If Labour wins a majority in any looming snap poll, the Islington North MP would become the oldest prime minister in more than 160 years.

The oldest person to serve as PM was William Ewart Gladstone who was 84 when he left office.

Mr McDonnell told the national newspaper that, under Mr Corbyn's leadership, Labour was preparing to be even more radical than Clement Attlee's post-war administration that established the NHS.

"We all admire what Attlee did ...but I think we will go beyond it," he told the FT.

Mr Corbyn's right-hand man added: "People want change. Change is coming; as simple as that.

"I want a government that intervenes and that is going to intervene on a large scale."

In preparation for taking over at the Treasury, Mr McDonnell's team have been readying a host of policies since the publication of 2017's manifesto.

"I've always said the left needs to be ready for government," said the MP of more than two decades. "'Be ready tomorrow, because things can happen.' That time has come."

The self-confessed Marxist plans to ban bankers' bonuses, raise corporation tax and nationalise the railways as part of an interventionist government.
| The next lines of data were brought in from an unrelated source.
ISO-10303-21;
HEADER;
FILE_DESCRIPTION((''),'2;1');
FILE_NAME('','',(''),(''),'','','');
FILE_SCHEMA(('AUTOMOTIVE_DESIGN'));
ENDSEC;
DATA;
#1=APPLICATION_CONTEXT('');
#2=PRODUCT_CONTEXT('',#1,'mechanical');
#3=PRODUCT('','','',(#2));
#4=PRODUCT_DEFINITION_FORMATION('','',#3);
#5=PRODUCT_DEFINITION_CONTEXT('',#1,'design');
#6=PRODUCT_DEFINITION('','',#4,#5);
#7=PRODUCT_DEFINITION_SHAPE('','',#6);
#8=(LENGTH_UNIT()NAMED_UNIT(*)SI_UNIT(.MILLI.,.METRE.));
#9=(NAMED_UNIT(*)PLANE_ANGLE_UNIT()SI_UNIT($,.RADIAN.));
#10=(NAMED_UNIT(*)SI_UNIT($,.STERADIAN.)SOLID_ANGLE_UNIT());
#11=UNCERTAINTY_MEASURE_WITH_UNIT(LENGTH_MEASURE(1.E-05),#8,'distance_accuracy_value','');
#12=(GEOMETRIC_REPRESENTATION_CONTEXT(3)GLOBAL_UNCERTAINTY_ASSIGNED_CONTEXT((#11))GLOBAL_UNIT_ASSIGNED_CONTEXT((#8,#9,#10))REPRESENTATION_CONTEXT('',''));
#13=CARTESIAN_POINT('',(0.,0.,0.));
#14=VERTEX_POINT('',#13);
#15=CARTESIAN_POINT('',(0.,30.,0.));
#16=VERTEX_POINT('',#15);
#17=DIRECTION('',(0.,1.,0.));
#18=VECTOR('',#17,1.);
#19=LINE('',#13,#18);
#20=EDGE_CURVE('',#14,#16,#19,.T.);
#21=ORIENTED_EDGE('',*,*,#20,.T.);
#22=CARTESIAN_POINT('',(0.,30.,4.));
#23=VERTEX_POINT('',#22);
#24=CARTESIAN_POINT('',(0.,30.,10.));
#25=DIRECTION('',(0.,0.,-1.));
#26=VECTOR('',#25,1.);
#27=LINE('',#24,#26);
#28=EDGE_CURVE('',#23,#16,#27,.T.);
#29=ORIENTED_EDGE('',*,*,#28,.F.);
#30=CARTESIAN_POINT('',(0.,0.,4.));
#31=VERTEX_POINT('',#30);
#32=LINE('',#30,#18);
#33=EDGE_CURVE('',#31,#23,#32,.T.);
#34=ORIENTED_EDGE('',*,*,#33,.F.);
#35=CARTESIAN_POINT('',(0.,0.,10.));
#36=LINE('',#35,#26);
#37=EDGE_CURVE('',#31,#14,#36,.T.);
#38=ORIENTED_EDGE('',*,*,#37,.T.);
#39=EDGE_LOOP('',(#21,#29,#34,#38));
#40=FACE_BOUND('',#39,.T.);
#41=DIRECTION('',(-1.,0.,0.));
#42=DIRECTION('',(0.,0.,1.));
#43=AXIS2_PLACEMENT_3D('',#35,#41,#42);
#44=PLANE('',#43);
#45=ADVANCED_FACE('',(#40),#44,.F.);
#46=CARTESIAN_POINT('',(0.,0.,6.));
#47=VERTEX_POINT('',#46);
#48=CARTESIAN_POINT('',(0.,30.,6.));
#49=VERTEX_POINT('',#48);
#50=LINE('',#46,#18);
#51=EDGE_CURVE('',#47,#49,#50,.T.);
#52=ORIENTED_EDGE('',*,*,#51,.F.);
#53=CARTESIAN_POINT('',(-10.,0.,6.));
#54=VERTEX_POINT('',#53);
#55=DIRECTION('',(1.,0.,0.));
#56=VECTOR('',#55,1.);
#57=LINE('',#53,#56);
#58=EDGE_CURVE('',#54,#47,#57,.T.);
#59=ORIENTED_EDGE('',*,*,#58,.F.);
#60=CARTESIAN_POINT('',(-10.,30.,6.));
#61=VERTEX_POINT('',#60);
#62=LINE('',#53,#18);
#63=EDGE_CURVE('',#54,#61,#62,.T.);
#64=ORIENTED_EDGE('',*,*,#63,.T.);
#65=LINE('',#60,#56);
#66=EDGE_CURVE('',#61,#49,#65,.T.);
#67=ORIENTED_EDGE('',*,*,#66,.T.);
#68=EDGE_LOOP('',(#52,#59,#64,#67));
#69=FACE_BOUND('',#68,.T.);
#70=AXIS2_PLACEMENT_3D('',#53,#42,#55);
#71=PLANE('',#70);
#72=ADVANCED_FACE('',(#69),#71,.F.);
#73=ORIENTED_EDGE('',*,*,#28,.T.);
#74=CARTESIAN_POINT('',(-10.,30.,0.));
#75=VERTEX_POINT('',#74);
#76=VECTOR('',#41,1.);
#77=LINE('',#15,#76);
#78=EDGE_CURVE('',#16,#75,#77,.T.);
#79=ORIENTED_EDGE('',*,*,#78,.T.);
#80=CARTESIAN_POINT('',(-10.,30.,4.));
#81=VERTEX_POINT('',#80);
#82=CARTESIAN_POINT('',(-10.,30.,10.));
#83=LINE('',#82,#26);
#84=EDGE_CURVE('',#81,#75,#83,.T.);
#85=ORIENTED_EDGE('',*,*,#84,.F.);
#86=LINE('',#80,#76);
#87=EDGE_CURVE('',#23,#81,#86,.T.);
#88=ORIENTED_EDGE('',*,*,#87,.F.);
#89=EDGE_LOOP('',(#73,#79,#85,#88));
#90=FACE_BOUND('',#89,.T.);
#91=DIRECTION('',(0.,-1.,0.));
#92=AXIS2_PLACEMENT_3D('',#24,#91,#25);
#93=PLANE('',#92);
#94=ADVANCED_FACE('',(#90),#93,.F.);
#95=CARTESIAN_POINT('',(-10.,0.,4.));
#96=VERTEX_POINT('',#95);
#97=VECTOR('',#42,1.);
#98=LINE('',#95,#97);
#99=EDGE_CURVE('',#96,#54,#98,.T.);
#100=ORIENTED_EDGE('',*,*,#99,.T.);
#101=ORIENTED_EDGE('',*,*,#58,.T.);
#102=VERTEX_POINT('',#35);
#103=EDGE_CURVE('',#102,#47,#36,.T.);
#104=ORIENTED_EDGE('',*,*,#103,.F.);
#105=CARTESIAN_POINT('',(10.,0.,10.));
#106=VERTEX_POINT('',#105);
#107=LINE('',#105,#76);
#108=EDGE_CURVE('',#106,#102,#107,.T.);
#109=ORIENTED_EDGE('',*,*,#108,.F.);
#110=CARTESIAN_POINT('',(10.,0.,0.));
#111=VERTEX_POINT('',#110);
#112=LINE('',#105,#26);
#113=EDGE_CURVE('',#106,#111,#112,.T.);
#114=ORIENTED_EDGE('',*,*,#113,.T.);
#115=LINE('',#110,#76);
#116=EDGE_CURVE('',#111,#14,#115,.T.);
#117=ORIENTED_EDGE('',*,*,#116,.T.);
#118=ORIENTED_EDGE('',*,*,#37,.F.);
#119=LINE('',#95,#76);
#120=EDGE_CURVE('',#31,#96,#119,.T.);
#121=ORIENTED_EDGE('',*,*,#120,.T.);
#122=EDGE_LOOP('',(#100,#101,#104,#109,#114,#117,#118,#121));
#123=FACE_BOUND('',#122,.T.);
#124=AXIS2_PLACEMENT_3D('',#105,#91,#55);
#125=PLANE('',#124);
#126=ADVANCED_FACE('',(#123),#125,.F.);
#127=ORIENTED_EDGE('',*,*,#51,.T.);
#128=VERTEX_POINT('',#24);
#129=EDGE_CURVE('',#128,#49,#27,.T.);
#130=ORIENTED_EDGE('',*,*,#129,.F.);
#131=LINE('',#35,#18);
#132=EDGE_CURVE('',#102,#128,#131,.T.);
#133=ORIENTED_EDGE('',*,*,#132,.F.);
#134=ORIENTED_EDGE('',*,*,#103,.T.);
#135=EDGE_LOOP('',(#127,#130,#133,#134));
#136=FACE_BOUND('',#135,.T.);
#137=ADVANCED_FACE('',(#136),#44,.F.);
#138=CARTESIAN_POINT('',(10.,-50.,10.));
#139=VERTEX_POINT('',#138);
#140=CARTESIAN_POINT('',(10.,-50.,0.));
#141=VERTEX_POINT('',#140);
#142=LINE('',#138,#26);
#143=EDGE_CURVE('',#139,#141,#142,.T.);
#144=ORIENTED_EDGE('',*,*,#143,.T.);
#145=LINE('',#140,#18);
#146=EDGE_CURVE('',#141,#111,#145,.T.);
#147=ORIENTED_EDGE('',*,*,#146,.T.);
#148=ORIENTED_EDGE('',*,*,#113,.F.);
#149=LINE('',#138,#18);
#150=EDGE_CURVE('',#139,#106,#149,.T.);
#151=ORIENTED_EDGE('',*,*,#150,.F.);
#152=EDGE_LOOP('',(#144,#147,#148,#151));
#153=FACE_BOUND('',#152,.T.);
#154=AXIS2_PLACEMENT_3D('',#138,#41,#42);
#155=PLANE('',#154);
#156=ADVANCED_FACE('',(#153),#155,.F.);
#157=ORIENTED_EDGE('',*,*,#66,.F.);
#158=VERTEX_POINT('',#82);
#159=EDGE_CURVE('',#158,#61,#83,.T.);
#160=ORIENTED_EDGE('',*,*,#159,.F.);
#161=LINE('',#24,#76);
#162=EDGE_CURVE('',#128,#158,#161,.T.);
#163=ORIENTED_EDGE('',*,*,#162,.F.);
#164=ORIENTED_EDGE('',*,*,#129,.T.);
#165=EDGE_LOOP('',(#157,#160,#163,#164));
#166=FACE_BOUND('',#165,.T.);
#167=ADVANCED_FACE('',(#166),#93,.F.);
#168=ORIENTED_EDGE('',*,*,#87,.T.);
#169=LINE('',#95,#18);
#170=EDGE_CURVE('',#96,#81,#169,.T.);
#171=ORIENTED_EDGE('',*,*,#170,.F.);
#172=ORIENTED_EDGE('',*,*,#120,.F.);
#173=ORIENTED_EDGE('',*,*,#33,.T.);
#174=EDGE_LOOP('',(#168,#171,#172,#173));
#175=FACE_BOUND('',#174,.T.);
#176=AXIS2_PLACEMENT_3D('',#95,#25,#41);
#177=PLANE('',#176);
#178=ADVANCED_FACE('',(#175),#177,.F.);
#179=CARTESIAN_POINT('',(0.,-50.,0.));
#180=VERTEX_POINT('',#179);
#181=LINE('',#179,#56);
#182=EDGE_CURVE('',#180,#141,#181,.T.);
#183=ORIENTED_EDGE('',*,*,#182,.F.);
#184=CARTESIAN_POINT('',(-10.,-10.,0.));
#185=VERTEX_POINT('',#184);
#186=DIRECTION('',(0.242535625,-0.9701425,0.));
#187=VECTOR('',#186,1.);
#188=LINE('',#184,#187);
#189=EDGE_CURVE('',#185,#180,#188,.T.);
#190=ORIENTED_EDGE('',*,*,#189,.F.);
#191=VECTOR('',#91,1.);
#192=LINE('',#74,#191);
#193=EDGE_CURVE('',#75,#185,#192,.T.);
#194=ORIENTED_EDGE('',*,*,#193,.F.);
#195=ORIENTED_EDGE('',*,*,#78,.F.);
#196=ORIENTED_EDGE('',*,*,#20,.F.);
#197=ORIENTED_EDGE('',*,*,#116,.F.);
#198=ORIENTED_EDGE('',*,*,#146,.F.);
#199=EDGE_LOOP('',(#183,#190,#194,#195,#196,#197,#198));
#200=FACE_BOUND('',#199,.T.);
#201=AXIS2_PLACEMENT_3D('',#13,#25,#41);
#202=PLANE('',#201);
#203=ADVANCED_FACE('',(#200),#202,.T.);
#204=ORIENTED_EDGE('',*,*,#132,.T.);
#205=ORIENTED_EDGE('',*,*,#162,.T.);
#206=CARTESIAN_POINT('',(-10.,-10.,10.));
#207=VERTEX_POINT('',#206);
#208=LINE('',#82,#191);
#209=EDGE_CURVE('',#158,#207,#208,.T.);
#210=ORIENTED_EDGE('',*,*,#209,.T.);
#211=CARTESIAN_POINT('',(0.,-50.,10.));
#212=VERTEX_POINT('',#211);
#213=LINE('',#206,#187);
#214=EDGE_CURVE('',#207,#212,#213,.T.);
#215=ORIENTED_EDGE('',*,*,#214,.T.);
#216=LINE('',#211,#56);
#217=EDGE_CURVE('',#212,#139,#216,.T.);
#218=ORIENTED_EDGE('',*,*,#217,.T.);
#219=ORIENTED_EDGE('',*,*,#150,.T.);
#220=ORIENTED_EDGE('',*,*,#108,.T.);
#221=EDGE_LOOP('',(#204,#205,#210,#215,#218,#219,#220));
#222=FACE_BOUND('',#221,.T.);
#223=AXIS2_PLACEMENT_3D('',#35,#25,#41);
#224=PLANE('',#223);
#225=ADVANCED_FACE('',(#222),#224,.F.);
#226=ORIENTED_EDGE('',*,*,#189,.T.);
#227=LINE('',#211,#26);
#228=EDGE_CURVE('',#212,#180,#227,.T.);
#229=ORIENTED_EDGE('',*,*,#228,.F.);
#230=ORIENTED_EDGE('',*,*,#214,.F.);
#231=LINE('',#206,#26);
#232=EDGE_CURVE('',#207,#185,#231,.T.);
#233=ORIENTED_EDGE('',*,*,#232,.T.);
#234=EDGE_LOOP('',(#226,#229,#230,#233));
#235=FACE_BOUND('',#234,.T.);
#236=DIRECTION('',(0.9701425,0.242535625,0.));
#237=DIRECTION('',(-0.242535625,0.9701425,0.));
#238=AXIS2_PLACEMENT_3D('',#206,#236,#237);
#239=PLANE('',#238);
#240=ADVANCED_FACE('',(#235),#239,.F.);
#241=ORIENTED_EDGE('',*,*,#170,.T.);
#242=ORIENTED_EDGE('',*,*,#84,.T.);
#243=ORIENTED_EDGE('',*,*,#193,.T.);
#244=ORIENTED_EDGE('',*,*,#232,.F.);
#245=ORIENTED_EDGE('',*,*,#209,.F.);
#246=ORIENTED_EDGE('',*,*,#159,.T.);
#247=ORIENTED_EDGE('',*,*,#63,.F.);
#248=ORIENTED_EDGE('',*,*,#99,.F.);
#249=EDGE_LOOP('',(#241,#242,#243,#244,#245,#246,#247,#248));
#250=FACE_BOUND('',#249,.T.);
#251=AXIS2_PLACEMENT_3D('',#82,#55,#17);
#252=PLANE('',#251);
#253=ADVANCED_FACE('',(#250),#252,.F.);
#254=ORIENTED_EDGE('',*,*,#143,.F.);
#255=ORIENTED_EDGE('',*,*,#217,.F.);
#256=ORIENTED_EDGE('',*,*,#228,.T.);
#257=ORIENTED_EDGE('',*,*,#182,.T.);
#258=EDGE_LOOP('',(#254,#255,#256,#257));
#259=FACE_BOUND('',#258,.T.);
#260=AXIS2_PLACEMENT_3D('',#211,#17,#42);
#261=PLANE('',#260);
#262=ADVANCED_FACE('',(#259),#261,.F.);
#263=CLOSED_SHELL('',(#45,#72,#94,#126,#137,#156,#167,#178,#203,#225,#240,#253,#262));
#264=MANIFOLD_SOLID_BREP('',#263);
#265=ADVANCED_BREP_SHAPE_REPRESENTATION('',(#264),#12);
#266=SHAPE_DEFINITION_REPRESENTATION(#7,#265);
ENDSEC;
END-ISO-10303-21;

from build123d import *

# Parameters (mm, degrees)
BOSS_EXTRUDE1_DEPTH = 10
SKETCH2_W           = 10
SKETCH2_H           = 2
CUT_EXTRUDE1_DEPTH  = 30


with BuildPart() as part:
    # Sketch1 → Boss-Extrude1 (new body)
    with BuildSketch(Plane.XY):
        Polygon((0, 0), (0, 30), (-10, 30), (-10, -10), (0, -50), (10, -50), (10, 0), align=None)
    extrude(amount=BOSS_EXTRUDE1_DEPTH)

    # Sketch2 → Cut-Extrude1 (cut)
    with BuildSketch(Plane(origin=(0, 30, 0), x_dir=(1, 0, 0), z_dir=(0, 1, 0))):
        with Locations((-5, -5)):
            Rectangle(SKETCH2_W, SKETCH2_H)
    extrude(amount=-CUT_EXTRUDE1_DEPTH, mode=Mode.SUBTRACT)


solid = part.part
Yet, despite being painted as dangerous by successive Tory leaders, Mr McDonnell said private sector bosses were starting to move towards Labour due to the Government's handling of Brexit.

"We've got business leaders coming to us looking for stability, which they're not getting from the Tories," he said. "It's enhanced our relationship in that sense."
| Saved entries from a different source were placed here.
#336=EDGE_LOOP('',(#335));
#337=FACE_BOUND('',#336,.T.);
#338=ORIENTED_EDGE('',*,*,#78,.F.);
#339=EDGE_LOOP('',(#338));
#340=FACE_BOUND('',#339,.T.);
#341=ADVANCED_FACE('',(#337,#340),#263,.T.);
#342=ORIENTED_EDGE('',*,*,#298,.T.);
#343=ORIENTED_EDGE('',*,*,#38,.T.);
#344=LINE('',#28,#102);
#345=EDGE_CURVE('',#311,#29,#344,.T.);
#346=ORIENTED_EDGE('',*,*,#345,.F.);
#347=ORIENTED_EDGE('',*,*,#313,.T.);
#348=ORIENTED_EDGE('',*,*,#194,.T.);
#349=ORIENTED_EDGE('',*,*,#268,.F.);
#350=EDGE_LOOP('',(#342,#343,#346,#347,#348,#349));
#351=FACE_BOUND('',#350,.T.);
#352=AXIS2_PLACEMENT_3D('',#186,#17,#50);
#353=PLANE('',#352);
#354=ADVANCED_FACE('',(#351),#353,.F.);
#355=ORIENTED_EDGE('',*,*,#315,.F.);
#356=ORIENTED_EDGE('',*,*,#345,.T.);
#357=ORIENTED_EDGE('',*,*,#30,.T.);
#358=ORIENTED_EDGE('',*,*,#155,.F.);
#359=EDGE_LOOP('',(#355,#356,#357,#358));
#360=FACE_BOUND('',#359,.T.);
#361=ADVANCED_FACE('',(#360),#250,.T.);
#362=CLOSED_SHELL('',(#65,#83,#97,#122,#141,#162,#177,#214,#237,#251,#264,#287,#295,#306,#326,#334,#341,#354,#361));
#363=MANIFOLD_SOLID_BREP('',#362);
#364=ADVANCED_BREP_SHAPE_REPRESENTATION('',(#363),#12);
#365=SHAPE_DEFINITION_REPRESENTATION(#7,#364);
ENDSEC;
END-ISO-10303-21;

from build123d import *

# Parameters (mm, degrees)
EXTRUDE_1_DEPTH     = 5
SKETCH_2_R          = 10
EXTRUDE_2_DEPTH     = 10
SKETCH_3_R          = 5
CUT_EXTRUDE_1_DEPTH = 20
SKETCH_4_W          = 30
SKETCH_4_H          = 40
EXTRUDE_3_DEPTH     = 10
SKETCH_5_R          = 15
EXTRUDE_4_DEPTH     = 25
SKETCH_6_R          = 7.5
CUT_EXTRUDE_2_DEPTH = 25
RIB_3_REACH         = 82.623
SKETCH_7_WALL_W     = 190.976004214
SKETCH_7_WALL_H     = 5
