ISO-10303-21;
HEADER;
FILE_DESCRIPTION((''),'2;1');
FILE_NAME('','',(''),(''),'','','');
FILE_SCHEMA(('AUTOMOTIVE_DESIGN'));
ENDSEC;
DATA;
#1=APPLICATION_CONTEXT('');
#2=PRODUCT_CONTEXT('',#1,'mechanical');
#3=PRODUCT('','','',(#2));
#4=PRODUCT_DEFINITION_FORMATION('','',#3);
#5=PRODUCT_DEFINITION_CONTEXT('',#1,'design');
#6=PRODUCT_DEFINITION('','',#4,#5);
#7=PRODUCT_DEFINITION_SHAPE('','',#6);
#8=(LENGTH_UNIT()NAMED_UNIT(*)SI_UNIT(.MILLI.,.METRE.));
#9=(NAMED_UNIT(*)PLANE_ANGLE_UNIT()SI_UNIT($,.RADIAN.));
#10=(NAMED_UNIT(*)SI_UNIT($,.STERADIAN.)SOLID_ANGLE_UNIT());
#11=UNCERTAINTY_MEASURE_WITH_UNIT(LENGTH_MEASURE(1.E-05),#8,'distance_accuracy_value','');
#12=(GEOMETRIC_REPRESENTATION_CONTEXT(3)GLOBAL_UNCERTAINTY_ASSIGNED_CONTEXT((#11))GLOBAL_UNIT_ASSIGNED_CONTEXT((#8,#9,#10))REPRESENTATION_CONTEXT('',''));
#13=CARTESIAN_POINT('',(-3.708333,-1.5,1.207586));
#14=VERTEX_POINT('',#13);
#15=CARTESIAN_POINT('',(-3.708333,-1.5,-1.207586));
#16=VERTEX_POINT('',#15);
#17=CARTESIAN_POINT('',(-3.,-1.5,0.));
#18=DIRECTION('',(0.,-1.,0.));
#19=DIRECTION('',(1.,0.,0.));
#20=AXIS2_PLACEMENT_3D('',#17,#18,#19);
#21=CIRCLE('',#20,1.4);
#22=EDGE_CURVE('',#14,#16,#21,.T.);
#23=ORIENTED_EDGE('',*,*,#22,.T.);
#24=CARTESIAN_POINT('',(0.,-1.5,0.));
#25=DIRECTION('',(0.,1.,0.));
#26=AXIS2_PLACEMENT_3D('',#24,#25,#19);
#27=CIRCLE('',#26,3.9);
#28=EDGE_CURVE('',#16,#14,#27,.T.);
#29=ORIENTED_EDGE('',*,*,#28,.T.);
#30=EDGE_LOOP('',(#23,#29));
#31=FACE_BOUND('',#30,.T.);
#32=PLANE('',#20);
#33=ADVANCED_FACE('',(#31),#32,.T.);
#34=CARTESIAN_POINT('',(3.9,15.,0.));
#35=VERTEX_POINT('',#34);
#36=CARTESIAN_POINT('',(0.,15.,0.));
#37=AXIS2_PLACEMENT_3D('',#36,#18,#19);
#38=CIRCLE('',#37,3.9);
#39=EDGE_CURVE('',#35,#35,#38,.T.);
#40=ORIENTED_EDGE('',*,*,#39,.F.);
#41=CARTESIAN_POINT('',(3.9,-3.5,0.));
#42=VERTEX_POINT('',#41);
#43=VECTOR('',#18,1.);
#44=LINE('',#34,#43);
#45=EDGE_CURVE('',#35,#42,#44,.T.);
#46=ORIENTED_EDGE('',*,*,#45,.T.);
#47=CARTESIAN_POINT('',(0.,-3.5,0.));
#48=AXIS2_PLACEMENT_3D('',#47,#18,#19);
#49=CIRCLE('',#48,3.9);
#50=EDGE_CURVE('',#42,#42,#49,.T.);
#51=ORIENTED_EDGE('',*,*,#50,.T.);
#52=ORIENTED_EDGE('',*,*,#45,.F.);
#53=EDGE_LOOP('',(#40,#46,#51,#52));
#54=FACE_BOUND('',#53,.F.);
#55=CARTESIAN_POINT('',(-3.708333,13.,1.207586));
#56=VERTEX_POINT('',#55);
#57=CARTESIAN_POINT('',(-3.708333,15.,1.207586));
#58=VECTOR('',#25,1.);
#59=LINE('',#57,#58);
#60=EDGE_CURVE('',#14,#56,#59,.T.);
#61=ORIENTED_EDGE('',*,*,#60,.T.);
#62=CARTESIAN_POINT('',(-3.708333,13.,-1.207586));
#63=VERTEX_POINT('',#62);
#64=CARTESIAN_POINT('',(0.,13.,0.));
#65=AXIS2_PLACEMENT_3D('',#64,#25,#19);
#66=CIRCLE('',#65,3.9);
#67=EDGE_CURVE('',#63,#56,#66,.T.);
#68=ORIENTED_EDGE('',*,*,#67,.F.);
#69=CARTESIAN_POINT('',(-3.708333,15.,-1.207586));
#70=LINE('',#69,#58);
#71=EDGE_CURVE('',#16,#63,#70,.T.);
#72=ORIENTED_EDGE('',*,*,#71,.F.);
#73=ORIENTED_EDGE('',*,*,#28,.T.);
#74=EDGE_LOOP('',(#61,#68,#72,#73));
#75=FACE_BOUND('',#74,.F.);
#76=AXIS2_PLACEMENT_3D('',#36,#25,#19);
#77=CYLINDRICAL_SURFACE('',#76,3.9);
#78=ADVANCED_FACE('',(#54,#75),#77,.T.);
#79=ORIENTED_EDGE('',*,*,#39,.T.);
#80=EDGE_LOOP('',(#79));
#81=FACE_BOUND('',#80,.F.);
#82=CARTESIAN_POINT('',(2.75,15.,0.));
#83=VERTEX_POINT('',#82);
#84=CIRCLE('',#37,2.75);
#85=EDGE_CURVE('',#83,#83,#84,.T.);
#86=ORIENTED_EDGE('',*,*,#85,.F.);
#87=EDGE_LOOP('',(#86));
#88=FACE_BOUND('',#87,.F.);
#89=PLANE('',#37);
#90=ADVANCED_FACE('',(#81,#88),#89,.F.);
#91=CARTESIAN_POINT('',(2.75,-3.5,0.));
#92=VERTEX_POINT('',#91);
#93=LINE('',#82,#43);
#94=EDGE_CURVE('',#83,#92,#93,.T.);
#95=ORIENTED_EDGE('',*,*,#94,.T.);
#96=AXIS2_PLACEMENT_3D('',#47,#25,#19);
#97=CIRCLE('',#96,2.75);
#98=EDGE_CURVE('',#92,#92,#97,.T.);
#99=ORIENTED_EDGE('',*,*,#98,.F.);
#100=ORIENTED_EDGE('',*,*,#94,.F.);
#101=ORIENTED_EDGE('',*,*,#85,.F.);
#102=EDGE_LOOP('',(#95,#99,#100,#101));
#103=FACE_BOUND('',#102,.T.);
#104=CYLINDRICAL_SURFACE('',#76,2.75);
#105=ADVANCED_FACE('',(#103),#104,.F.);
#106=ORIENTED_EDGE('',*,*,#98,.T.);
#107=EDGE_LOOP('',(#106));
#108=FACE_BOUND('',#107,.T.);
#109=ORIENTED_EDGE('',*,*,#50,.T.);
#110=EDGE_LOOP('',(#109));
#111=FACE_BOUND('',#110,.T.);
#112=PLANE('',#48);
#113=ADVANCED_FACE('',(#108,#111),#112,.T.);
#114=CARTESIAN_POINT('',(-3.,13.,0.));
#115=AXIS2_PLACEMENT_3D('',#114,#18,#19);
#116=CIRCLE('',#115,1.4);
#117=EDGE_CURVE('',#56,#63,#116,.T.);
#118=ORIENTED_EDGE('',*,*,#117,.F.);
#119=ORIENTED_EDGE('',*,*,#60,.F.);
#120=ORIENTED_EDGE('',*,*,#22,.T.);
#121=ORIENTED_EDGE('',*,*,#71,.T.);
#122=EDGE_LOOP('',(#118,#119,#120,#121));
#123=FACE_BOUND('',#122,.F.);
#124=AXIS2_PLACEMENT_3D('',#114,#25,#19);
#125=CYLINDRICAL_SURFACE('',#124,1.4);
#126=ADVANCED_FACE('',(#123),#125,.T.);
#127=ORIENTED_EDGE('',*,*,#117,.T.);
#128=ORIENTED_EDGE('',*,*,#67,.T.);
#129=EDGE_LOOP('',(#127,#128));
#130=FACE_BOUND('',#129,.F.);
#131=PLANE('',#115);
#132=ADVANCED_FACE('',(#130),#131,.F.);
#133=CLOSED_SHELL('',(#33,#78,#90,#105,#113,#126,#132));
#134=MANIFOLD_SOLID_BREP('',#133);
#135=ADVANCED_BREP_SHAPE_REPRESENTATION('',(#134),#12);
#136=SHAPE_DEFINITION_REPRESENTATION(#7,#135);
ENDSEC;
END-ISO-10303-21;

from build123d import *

# Parameters (mm, degrees)
SKETCH248_R          = 3.9
PAD125_DEPTH         = 18.5
SKETCH249_R          = 1.4
PAD126_DEPTH         = 14.5
SKETCH252_R          = 2.75
POCKET034_DEPTH      = 0.001
POCKET034_DEPTH_BACK = 18.501


with BuildPart() as part:
    # Sketch248 → Pad125 (new body)
    with BuildSketch(Plane.XZ):
        Circle(SKETCH248_R)
    extrude(amount=PAD125_DEPTH)

    # Sketch249 → Pad126 (join)
    with BuildSketch(Plane.XZ.offset(2)):
        with Locations((-3, 0)):
            Circle(SKETCH249_R)
    extrude(amount=PAD126_DEPTH)

    # Sketch252 → Pocket034 (cut, two sides)
    with BuildSketch(Plane.XZ) as pocket034_sk:
        Circle(SKETCH252_R)
    extrude(amount=-POCKET034_DEPTH, mode=Mode.SUBTRACT)
    extrude(pocket034_sk.sketch, amount=POCKET034_DEPTH_BACK, mode=Mode.SUBTRACT)


with BuildPart() as part_1:
    # Body102 placement: moved
    add(part.part.moved(Location((0, 15, 0))))


solid = part_1.part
And there are suggestions that Mr McDonnell is tapering his more left-wing announcements to ensure policies do not put off voters plucking for Labour at the next poll.

Earlier this year, Mr McDonnell threatened to delist stock market companies that did not meet strict environmental criteria but now he plays the suggestion down.

"I think rather than delist there's other mechanisms we can look out for how to tackle it," he said.

His utterances on supporting a four-day week also grabbed headlines but he suggests Labour will look to introduce flexible hours rather than force a three-day weekend upon businesses.

"For some people a four-day week is ridiculous because they're desperate to get the hours just to survive at the moment," he added.

"But there's another group of people working all the hours God sends and it impacts on their family lives."